Multi-Armed Bandits with Arriving Arms: Sequential Screening, Dynamic Regret, and Sublinear Guarantees
Summary
A new study introduces UCB for Arriving Arms (UCB-AA), an algorithm designed to address the multi-armed bandit problem where the set of available arms expands over time. This dynamic scenario, common in sequential experimentation, renders traditional regret metrics against a single best arm in hindsight inappropriate. UCB-AA evaluates performance relative to the best arm currently available, employing a dynamic-regret criterion.
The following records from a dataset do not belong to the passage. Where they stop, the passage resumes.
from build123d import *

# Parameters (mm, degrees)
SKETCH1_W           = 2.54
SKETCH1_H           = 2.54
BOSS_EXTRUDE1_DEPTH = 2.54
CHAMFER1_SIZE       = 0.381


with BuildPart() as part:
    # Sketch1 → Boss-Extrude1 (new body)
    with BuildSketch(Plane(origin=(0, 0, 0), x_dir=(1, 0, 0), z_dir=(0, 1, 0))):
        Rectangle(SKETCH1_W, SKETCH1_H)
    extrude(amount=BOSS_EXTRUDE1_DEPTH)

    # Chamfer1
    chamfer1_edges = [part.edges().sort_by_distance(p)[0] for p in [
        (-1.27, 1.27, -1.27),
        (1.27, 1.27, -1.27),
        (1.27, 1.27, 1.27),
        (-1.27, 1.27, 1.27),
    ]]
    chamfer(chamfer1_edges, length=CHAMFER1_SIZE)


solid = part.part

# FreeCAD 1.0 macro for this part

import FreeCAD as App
import Part
import Sketcher
Q = App.Units.Quantity


def edges_at(feature, points):
    """Names of the edges that pass closest to the given points."""
    edges = feature.Shape.Edges
    near = lambda p: min(range(len(edges)), key=lambda i: edges[i].distToShape(Part.Vertex(*p))[0])
    return sorted({f"Edge{near(p) + 1}" for p in points})

doc = App.newDocument("Part")
body = doc.addObject("PartDesign::Body", "Body")

sketch1 = doc.addObject("Sketcher::SketchObject", "Sketch")
body.addObject(sketch1)
sketch1.AttachmentSupport = (doc.XZ_Plane, [""])
sketch1.MapMode = "FlatFace"
sketch1.addGeometry(Part.LineSegment(App.Vector(-1.27, -1.27, 0), App.Vector(-1.27, 1.27, 0)), False)
sketch1.addGeometry(Part.LineSegment(App.Vector(-1.27, 1.27, 0), App.Vector(1.27, 1.27, 0)), False)
sketch1.addGeometry(Part.LineSegment(App.Vector(1.27, 1.27, 0), App.Vector(1.27, -1.27, 0)), False)
sketch1.addGeometry(Part.LineSegment(App.Vector(1.27, -1.27, 0), App.Vector(-1.27, -1.27, 0)), False)
sketch1.addConstraint(Sketcher.Constraint("Coincident", 0, 2, 1, 1))
sketch1.addConstraint(Sketcher.Constraint("Coincident", 1, 2, 2, 1))
sketch1.addConstraint(Sketcher.Constraint("Coincident", 2, 2, 3, 1))
sketch1.addConstraint(Sketcher.Constraint("Coincident", 3, 2, 0, 1))
sketch1.addConstraint(Sketcher.Constraint("Vertical", 0))
sketch1.addConstraint(Sketcher.Constraint("Horizontal", 1))
sketch1.addConstraint(Sketcher.Constraint("Vertical", 2))
sketch1.addConstraint(Sketcher.Constraint("Horizontal", 3))
sketch1.addConstraint(Sketcher.Constraint("Symmetric", 0, 2, 2, 2, -1, 1))
sketch1.addConstraint(Sketcher.Constraint("Equal", 3, 0))
sketch1.addConstraint(Sketcher.Constraint("DistanceX", 1, 1, 1, 2, Q("0.1 in")))
pad1 = doc.addObject("PartDesign::Pad", "Pad")
body.addObject(pad1)
pad1.Profile = sketch1
pad1.Length = Q("0.1 in")
pad1.Reversed = True
doc.recompute()

chamfer = doc.addObject("PartDesign::Chamfer", "Chamfer")
body.addObject(chamfer)
chamfer.Base = (pad1, edges_at(pad1, [
    (-1.27, 1.27, -1.27),
    (1.27, 1.27, -1.27),
    (1.27, 1.27, 1.27),
    (-1.27, 1.27, 1.27),
]))
chamfer.Size = Q("0.015 in")

doc.recompute()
The algorithm features an elimination-based procedure with a preliminary screening step for newly arrived arms before they fully compete with incumbent arms. UCB-AA achieves regret bounds explicitly dependent on the arrival process, demonstrates sublinear dynamic regret under specific gap evolution conditions, and supports an online extension for unknown horizons. Simulation results indicate that UCB-AA effectively reduces wasted pulls and maintains a smaller active arm set while preserving competitive regret performance.
Key takeaway
For AI Scientists designing sequential experimentation or dynamic optimization systems, consider UCB-AA to manage arriving arms effectively. Its preliminary screening and elimination-based approach reduce wasted pulls and maintain competitive regret, offering a robust solution for environments where new actions become available over time. This method provides sublinear dynamic regret guarantees, making it suitable for scenarios with evolving optimal choices.
Key insights
UCB-AA addresses dynamic regret in multi-armed bandits where new arms arrive sequentially, improving efficiency.
Principles
- Traditional regret metrics are inappropriate for arriving-arm environments.
- Dynamic regret evaluates performance relative to the best currently available arm.
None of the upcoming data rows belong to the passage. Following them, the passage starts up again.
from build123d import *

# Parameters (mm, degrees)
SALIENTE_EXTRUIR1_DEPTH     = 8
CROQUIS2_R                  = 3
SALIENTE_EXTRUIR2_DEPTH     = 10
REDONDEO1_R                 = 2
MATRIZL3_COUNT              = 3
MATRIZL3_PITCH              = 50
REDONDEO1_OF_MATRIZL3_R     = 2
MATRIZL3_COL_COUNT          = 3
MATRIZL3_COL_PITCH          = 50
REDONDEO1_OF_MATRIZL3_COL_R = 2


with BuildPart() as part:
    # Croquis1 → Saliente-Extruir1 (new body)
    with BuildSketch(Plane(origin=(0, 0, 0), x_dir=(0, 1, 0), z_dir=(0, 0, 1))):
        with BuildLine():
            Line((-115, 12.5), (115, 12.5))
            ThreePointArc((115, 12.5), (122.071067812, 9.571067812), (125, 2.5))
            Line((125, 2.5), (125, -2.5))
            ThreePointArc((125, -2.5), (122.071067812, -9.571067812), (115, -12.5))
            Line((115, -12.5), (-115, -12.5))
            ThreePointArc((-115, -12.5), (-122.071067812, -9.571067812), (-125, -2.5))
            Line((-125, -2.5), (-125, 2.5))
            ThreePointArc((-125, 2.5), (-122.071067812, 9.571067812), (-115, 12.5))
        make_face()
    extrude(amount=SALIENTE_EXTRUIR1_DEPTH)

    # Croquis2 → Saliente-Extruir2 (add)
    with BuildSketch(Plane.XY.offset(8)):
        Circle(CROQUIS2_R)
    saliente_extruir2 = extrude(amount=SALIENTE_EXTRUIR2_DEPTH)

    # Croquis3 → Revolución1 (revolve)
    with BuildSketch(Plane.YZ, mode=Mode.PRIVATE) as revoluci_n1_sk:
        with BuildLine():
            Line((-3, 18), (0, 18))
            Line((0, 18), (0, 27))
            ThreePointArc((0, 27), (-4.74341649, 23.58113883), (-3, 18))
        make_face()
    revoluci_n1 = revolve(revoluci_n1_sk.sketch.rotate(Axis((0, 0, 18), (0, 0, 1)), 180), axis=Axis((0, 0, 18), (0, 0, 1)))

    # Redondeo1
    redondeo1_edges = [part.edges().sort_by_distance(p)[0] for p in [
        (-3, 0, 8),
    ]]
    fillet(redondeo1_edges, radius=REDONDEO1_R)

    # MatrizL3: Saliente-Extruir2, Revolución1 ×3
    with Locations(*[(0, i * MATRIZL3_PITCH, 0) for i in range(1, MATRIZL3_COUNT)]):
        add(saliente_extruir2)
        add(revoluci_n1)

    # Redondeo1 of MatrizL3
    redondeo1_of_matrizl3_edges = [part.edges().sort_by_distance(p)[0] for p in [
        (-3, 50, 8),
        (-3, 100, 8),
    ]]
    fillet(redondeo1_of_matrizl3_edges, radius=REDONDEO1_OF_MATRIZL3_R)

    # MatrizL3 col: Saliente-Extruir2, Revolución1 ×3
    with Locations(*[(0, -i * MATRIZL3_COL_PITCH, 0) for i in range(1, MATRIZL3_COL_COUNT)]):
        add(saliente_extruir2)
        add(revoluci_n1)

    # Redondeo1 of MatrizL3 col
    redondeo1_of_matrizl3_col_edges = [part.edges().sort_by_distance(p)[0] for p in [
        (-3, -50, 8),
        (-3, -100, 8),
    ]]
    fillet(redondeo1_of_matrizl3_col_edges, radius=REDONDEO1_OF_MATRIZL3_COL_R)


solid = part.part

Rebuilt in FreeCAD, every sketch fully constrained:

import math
import FreeCAD as App
import Part
import Sketcher
Q = App.Units.Quantity


def edges_at(feature, points):
    """Names of the edges that pass closest to the given points."""
    edges = feature.Shape.Edges
    near = lambda p: min(range(len(edges)), key=lambda i: edges[i].distToShape(Part.Vertex(*p))[0])
    return sorted({f"Edge{near(p) + 1}" for p in points})

doc = App.newDocument("Part")
body = doc.addObject("PartDesign::Body", "Body")

sketch1 = doc.addObject("Sketcher::SketchObject", "Sketch")
body.addObject(sketch1)
sketch1.AttachmentSupport = (doc.XY_Plane, [""])
sketch1.MapMode = "FlatFace"
sketch1.addGeometry([
    Part.LineSegment(App.Vector(-12, 115, 0), App.Vector(-12, -115, 0)),
    Part.ArcOfCircle(Part.Circle(App.Vector(-2, -115, 0), App.Vector(0, 0, 1), 10), math.radians(180), math.radians(270)),
    Part.LineSegment(App.Vector(-2, -125, 0), App.Vector(2, -125, 0)),
    Part.ArcOfCircle(Part.Circle(App.Vector(2, -115, 0), App.Vector(0, 0, 1), 10), math.radians(-90), math.radians(0)),
    Part.LineSegment(App.Vector(12, -115, 0), App.Vector(12, 115, 0)),
    Part.ArcOfCircle(Part.Circle(App.Vector(2, 115, 0), App.Vector(0, 0, 1), 10), math.radians(0), math.radians(90)),
    Part.LineSegment(App.Vector(2, 125, 0), App.Vector(-2, 125, 0)),
    Part.ArcOfCircle(Part.Circle(App.Vector(-2, 115, 0), App.Vector(0, 0, 1), 10), math.radians(90), math.radians(180)),
], False)
sketch1.addConstraint([
    Sketcher.Constraint("Tangent", 0, 2, 1, 1),
    Sketcher.Constraint("Tangent", 1, 2, 2, 1),
    Sketcher.Constraint("Tangent", 2, 2, 3, 1),
    Sketcher.Constraint("Tangent", 3, 2, 4, 1),
    Sketcher.Constraint("Tangent", 4, 2, 5, 1),
    Sketcher.Constraint("Tangent", 5, 2, 6, 1),
    Sketcher.Constraint("Tangent", 6, 2, 7, 1),
    Sketcher.Constraint("Tangent", 7, 2, 0, 1),
    Sketcher.Constraint("Vertical", 0),
    Sketcher.Constraint("Horizontal", 2),
    Sketcher.Constraint("Vertical", 4),
    Sketcher.Constraint("Horizontal", 6),
    Sketcher.Constraint("Equal", 1, 3),
    Sketcher.Constraint("Equal", 3, 5),
    Sketcher.Constraint("Equal", 5, 7),
    Sketcher.Constraint("Symmetric", 1, 3, 5, 3, -1, 1),
    Sketcher.Constraint("Radius", 1, Q("10 mm")),
    Sketcher.Constraint("DistanceX", 2, 1, 2, 2, Q("5 mm")),
    Sketcher.Constraint("DistanceY", 0, 2, 0, 1, Q("230 mm")),
])
pad1 = doc.addObject("PartDesign::Pad", "Pad")
body.addObject(pad1)
pad1.Profile = sketch1
pad1.Length = 8

sketch2 = doc.addObject("Sketcher::SketchObject", "Sketch001")
body.addObject(sketch2)
sketch2.AttachmentSupport = (doc.XY_Plane, [""])
sketch2.MapMode = "FlatFace"
sketch2.AttachmentOffset = App.Placement(App.Vector(0, 0, 8), App.Rotation())
sketch2.addGeometry(Part.Circle(App.Vector(0, 0, 0), App.Vector(0, 0, 1), 3), False)
sketch2.addConstraint([
    Sketcher.Constraint("Coincident", 0, 3, -1, 1),
    Sketcher.Constraint("Diameter", 0, Q("6 mm")),
])
pad2 = doc.addObject("PartDesign::Pad", "Pad001")
body.addObject(pad2)
pad2.Profile = sketch2
pad2.Length = 10

sketch3 = doc.addObject("Sketcher::SketchObject", "Sketch002")
body.addObject(sketch3)
sketch3.AttachmentSupport = (doc.YZ_Plane, [""])
sketch3.MapMode = "FlatFace"
sketch3.addGeometry([
    Part.LineSegment(App.Vector(-3, 18, 0), App.Vector(0, 18, 0)),
    Part.LineSegment(App.Vector(0, 18, 0), App.Vector(0, 27, 0)),
    Part.ArcOfCircle(Part.Circle(App.Vector(0, 22, 0), App.Vector(0, 0, 1), 5), math.radians(90), math.radians(233)),
], False)
sketch3.addConstraint([
    Sketcher.Constraint("Coincident", 0, 2, 1, 1),
    Sketcher.Constraint("Coincident", 1, 2, 2, 1),
    Sketcher.Constraint("Coincident", 2, 2, 0, 1),
    Sketcher.Constraint("Horizontal", 0),
    Sketcher.Constraint("Vertical", 1),
    Sketcher.Constraint("PointOnObject", 2, 3, -2),
    Sketcher.Constraint("PointOnObject", 0, 2, -2),
    Sketcher.Constraint("Radius", 2, Q("5 mm")),
    Sketcher.Constraint("DistanceX", 0, 1, 0, 2, Q("3 mm")),
    Sketcher.Constraint("DistanceY", -1, 1, 2, 3, Q("22 mm")),
])
revolution = doc.addObject("PartDesign::Revolution", "Revolution")
body.addObject(revolution)
revolution.Profile = sketch3
revolution.ReferenceAxis = (sketch3, ["V_Axis"])
revolution.Angle = 360
doc.recompute()

fillet = doc.addObject("PartDesign::Fillet", "Fillet")
body.addObject(fillet)
fillet.Base = (revolution, edges_at(revolution, [(-3, 0, 8)]))
fillet.Radius = 2
doc.recompute()

linearpattern = doc.addObject("PartDesign::LinearPattern", "LinearPattern")
body.addObject(linearpattern)
linearpattern.Originals = [pad2, revolution]
linearpattern.Direction = (doc.Y_Axis, [""])
linearpattern.Mode = "offset"
linearpattern.Offset = 50
linearpattern.Occurrences = 3
body.Tip = linearpattern
doc.recompute()

fillet2 = doc.addObject("PartDesign::Fillet", "Fillet001")
body.addObject(fillet2)
fillet2.Base = (linearpattern, edges_at(linearpattern, [(-3, 50, 8), (-3, 100, 8)]))
fillet2.Radius = 2
doc.recompute()

linearpattern2 = doc.addObject("PartDesign::LinearPattern", "LinearPattern001")
body.addObject(linearpattern2)
linearpattern2.Originals = [pad2, revolution]
linearpattern2.Direction = (doc.Y_Axis, [""])
linearpattern2.Mode = "offset"
linearpattern2.Offset = 50
linearpattern2.Occurrences = 3
linearpattern2.Reversed = True
body.Tip = linearpattern2
doc.recompute()

fillet3 = doc.addObject("PartDesign::Fillet", "Fillet002")
body.addObject(fillet3)
fillet3.Base = (linearpattern2, edges_at(linearpattern2, [(-3, -50, 8), (-3, -100, 8)]))
fillet3.Radius = 2

doc.recompute()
- Preliminary screening of new arms improves efficiency and reduces wasted pulls.
Method
UCB-AA is an elimination-based procedure with an aiding preliminary screening step for newly arrived arms before full competition with incumbent arms.
In practice
- Reduce wasted pulls in sequential experimentation.
- Maintain smaller active arm sets in dynamic environments.
Topics
- Multi-Armed Bandits
- Dynamic Regret
- Sequential Experimentation
- UCB-AA
- Machine Learning
- Algorithm Design
Best for: Research Scientist, AI Scientist
Related on AIssential
Editorial summary, takeaway, and curation by AIssential. Original article published by Machine Learning.